Intelligent, thought out and well written replies!?  On the Internet!?  What's next, world peace?



> reserve the right to criticize him as I will.



A poor policy on these forums.  Personal attacks are frowned upon, regardless of the recipient's health, involvement on these forums or lack of either.  Given your skillful reply to an unwarranted personal affront, I'd hate to see you get banned for any length of time. 


P.S. My money's on Cthulhu.  Not because he should win but because he will win; if nothing else, he'll simply take over the Tarrasque and use it to distract one of the meaner Elder Gods while Cthulhu attempts to usurp the more powerful entity.


----------



## HeavenShallBurn (Dec 1, 2006)

to critisize I said not attack.  

I was perhaps overly harsh in my first characterization of his work, it is not bad, I simply disagree with its themes.  Lovecraft was a skilled author and from what little I know was not a bad person.  Yet his work is not to my taste and I do not approve of the way he uses certain ideas in them nor will I ever.  

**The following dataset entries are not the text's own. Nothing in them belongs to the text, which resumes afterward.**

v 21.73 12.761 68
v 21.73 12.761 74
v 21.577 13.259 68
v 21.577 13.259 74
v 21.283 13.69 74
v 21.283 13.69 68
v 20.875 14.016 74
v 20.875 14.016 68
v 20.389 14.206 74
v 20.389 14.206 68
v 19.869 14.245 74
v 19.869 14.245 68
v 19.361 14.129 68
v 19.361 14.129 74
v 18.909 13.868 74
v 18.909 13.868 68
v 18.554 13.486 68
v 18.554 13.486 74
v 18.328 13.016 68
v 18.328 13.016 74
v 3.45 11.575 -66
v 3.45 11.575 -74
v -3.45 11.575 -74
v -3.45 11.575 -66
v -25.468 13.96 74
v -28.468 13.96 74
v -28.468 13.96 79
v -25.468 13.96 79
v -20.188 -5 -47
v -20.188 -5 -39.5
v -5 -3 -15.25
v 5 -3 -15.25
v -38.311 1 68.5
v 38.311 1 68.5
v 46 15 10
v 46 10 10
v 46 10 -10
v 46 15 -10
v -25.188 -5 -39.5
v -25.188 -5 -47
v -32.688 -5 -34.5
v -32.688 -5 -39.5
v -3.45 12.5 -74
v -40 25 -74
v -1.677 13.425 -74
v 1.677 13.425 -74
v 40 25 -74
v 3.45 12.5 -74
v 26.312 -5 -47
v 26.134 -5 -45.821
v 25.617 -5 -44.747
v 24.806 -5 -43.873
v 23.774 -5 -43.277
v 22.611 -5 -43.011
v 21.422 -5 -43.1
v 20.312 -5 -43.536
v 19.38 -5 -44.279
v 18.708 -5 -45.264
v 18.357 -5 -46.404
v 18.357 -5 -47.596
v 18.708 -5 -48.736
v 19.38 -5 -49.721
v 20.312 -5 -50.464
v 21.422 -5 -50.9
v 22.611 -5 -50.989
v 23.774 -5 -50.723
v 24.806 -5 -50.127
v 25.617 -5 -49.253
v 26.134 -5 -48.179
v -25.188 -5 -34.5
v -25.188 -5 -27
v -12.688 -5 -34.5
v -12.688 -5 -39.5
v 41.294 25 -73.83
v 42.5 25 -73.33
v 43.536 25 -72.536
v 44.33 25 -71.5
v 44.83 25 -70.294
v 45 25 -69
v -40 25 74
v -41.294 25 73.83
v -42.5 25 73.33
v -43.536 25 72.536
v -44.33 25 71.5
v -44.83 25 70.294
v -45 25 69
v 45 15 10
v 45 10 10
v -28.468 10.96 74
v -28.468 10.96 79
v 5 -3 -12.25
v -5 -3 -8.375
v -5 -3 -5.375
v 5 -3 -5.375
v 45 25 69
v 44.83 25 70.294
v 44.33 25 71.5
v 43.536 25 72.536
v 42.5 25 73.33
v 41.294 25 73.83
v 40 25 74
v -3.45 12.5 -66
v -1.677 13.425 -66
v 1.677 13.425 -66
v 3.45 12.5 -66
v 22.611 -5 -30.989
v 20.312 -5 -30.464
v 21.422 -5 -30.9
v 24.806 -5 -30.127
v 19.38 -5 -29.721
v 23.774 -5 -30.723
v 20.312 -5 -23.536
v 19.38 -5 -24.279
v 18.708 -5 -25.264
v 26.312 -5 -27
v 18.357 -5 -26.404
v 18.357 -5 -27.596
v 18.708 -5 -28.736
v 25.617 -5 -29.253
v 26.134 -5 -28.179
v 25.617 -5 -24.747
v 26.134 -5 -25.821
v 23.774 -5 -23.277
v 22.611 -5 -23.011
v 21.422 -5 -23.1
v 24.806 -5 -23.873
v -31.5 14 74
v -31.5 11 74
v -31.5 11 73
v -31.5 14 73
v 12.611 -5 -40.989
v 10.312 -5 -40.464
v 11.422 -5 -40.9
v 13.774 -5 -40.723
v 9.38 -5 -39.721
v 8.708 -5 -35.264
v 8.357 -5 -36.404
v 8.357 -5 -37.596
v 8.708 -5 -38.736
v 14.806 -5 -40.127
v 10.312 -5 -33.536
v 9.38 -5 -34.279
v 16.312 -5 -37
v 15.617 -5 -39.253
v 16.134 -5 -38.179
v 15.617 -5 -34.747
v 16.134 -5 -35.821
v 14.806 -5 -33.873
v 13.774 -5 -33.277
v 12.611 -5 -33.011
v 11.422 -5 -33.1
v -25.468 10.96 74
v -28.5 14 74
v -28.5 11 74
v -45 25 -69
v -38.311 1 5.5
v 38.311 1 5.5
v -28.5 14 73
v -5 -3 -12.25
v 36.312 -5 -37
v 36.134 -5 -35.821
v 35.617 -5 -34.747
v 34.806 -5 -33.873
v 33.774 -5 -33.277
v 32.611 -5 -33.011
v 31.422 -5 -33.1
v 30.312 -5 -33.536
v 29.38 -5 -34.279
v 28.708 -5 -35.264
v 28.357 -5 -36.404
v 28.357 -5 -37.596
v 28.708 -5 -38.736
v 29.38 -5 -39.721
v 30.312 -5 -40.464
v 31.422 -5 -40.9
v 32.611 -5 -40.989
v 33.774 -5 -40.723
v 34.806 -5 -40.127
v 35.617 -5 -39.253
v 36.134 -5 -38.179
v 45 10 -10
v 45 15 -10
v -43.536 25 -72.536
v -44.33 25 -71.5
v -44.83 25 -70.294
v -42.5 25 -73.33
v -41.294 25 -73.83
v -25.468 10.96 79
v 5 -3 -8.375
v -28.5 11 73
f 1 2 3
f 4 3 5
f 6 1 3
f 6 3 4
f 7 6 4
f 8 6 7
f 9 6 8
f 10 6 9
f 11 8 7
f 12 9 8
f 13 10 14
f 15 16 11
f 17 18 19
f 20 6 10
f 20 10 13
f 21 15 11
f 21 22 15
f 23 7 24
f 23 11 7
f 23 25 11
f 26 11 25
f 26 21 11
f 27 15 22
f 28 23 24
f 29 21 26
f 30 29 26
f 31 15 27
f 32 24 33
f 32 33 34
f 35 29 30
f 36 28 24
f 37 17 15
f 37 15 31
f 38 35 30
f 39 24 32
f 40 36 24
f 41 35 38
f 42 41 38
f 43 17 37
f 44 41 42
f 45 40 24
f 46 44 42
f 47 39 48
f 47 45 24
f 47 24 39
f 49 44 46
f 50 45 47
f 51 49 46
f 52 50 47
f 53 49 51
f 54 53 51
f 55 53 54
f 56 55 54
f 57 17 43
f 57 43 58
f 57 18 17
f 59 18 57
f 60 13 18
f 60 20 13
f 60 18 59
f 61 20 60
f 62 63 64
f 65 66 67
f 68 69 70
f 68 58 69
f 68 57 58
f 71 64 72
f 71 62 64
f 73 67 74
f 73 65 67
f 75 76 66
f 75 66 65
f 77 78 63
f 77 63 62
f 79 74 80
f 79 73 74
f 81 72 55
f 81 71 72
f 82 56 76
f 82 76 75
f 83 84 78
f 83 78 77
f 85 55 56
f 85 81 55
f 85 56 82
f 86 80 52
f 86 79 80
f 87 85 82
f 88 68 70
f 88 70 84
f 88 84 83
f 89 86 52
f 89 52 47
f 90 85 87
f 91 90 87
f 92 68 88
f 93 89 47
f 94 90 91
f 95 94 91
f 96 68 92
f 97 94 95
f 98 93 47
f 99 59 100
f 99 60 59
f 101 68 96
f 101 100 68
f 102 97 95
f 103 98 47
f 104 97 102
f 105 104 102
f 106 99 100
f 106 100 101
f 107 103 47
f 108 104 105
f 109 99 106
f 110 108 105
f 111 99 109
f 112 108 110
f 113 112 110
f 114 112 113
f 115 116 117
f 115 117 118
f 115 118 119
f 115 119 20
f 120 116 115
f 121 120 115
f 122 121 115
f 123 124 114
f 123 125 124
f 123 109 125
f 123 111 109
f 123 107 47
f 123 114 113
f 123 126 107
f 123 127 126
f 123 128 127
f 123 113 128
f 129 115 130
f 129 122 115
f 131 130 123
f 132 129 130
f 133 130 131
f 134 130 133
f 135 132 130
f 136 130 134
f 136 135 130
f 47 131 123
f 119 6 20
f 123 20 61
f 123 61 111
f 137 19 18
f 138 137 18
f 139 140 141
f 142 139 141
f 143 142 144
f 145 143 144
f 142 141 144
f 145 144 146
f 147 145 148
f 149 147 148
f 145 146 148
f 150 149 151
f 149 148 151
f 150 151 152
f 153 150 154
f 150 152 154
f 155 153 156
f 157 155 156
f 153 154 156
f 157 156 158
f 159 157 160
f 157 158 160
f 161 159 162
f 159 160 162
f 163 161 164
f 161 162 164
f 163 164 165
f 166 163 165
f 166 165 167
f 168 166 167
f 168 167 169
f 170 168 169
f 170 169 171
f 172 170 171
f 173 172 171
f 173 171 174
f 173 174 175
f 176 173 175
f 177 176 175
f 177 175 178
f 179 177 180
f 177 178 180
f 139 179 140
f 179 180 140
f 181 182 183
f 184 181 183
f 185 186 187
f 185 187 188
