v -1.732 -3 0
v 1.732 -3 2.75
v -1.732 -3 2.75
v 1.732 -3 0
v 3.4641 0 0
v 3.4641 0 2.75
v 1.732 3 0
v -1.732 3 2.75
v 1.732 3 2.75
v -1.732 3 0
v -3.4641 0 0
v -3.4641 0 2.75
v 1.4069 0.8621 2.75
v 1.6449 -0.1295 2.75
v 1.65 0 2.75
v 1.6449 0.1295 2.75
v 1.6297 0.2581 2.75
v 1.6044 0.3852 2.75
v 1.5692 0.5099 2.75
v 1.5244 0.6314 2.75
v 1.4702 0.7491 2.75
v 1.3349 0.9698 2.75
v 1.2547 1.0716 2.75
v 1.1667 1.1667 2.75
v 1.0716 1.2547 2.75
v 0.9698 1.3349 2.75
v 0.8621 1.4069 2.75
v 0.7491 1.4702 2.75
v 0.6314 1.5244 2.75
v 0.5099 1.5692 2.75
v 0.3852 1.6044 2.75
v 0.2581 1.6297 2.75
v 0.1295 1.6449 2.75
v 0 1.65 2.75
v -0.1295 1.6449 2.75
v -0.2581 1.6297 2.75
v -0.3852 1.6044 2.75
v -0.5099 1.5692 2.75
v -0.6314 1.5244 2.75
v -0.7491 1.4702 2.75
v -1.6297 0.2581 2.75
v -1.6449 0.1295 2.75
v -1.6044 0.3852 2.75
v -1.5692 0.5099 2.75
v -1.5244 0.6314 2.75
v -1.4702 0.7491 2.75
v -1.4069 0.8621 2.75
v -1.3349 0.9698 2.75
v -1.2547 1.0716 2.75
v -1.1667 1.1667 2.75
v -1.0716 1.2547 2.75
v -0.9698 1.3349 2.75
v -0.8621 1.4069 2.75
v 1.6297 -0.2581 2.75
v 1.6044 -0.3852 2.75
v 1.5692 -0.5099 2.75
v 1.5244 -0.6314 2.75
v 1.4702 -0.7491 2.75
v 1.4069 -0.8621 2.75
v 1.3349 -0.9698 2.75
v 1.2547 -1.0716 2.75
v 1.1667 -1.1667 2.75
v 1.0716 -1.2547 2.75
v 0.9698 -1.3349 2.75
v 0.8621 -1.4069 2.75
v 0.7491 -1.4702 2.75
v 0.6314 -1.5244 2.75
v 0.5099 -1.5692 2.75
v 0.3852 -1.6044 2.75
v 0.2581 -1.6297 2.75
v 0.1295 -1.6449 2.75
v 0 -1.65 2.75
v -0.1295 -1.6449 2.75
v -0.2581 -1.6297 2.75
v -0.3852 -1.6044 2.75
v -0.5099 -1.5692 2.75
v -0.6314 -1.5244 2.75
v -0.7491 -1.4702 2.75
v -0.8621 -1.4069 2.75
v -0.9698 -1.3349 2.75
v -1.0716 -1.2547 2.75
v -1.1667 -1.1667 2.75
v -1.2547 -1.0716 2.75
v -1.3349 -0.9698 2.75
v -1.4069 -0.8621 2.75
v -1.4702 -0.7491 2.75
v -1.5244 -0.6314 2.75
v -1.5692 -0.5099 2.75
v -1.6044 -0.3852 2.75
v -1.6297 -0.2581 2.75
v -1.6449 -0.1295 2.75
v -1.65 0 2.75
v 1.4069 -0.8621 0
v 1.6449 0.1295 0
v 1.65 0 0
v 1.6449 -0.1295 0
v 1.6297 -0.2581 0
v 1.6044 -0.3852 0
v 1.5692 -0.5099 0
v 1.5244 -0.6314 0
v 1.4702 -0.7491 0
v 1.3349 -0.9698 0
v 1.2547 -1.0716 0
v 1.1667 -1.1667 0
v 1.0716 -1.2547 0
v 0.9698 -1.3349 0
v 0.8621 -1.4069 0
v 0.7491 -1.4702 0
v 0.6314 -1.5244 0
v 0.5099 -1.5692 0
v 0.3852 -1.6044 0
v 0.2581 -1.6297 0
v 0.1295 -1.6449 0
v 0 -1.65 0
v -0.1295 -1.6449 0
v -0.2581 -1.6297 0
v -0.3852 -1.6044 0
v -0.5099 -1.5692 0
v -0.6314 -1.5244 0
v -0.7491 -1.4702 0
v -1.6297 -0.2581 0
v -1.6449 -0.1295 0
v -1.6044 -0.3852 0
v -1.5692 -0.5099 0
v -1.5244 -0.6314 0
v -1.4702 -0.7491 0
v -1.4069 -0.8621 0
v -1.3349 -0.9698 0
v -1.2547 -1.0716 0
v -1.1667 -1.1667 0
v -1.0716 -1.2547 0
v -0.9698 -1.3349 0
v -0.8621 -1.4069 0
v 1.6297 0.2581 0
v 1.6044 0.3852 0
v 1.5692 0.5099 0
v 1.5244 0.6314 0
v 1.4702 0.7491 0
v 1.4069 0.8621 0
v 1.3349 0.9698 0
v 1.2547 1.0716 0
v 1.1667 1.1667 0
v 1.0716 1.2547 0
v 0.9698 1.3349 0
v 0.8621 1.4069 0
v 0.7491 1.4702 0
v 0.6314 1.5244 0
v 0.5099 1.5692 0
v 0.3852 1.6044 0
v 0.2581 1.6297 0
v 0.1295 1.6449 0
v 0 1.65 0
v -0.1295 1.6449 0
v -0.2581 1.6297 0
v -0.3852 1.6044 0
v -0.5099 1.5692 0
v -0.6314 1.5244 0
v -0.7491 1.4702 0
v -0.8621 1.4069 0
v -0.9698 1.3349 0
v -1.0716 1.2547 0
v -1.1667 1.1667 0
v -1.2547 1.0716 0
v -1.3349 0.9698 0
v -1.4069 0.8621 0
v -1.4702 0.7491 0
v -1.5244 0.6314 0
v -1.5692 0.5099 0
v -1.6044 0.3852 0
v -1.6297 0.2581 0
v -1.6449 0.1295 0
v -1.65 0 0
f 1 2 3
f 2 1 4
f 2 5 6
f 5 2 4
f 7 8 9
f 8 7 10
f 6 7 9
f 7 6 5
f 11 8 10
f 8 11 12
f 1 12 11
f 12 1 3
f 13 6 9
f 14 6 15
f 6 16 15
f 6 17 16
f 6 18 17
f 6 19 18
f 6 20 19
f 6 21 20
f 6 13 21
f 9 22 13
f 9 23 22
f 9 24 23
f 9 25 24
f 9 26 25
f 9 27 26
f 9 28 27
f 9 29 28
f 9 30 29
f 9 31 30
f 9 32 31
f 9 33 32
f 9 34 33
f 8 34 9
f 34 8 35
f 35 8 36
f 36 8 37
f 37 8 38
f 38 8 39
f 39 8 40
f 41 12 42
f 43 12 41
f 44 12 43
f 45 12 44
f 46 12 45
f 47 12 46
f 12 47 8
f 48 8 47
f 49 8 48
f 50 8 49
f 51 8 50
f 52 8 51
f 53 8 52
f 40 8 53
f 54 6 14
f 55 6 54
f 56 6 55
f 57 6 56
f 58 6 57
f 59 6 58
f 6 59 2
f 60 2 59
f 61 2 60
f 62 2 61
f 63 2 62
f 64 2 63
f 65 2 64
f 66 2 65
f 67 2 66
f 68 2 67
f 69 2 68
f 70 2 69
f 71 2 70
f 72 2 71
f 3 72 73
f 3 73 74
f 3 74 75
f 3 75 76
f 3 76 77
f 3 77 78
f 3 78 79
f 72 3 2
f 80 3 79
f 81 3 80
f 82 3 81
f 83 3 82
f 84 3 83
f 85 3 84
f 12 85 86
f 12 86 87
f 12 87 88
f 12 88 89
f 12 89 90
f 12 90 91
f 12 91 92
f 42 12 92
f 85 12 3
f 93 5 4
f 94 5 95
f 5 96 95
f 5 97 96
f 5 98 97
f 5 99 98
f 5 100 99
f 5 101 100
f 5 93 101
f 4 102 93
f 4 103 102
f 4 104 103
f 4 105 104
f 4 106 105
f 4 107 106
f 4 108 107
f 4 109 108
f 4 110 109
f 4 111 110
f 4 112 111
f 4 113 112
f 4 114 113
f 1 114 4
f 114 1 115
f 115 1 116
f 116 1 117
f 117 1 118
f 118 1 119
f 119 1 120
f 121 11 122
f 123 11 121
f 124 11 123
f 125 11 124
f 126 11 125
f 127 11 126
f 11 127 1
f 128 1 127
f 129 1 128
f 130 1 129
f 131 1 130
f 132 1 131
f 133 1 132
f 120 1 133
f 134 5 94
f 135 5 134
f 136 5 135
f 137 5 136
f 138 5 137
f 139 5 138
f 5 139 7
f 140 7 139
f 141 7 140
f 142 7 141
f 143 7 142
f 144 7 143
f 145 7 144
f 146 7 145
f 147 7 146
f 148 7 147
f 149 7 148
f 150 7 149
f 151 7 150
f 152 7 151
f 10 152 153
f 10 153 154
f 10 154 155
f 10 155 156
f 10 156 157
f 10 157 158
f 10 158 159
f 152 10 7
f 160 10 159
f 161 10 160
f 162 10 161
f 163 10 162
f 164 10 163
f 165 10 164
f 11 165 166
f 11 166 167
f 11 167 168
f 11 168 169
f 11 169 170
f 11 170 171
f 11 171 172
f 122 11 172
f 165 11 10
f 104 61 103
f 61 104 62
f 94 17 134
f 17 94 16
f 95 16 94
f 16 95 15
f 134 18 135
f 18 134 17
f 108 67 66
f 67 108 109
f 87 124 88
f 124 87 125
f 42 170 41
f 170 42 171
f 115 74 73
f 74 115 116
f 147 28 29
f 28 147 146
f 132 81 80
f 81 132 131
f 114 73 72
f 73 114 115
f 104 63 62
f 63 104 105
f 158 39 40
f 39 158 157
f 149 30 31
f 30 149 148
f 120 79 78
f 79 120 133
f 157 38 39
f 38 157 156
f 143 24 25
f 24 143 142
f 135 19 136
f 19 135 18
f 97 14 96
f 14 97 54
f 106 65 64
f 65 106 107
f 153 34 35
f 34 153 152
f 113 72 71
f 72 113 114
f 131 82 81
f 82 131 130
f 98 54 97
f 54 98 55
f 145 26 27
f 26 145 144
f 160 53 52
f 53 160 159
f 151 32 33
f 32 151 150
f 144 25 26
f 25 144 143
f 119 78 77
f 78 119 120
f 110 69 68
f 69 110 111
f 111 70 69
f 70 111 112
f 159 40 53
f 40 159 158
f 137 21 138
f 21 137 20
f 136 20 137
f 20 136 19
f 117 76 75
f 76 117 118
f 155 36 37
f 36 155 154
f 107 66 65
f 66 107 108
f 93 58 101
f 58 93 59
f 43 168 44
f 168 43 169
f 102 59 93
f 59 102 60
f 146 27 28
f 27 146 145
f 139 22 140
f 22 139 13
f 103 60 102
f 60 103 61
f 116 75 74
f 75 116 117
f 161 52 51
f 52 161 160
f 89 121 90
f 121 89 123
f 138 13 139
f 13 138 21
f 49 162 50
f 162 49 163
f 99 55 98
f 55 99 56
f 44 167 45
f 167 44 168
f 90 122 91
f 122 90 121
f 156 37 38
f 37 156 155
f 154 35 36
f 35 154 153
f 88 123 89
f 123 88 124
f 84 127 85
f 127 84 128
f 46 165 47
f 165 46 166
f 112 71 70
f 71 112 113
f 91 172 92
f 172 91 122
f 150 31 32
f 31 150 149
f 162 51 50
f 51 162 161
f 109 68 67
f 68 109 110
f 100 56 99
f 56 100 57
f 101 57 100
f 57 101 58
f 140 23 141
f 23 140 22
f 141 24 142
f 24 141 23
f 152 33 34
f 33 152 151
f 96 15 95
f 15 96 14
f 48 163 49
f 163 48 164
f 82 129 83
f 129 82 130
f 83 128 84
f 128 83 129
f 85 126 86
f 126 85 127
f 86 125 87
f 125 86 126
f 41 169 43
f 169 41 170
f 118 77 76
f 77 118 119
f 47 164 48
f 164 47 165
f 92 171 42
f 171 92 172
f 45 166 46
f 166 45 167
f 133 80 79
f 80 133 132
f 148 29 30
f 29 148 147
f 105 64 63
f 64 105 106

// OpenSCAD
$fn = 80;

// T-slot nut parameters (mm)
across_flats = 6.0;     // hex width across flats
thickness    = 2.75;    // nut thickness
screw_d      = 3.0;     // clearance for 3.0mm screw

// Typical M3 clearance; adjust if you want tighter/looser fit
clearance = 0.3;
hole_d = screw_d + clearance;

// Simple T-slot nut body: hex prism with through-hole
module hex_prism_across_flats(af, h) {
    // For a regular hexagon, circumradius R = af / sqrt(3)
    R = af / sqrt(3);
    cylinder(h = h, r = R, $fn = 6);
}

difference() {
    hex_prism_across_flats(across_flats, thickness);
    translate([0,0,-0.2])
        cylinder(h = thickness + 0.4, d = hole_d, $fn = 80);
}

Saying so is not a personal attack and if I have been misinterpreted I hope this has cleared it up.  If not I cannot control what goes on inside the heads of other people nor do I want to.


----------



## EditorBFG (Dec 1, 2006)

I worship Lovecraft like a god, but I find a disagreement with his central tenet-- that the true nature of the universe cannot be understood by humans without driving them mad-- to be a fair viewpoint for someone to have. I personally enjoy Lovecraft's perpsective in context, but I think if a person disagrees with it, they are certainly not criticizing due to ignorance; it shows that they understand Lovecraft, they just don't like him. Fair enough.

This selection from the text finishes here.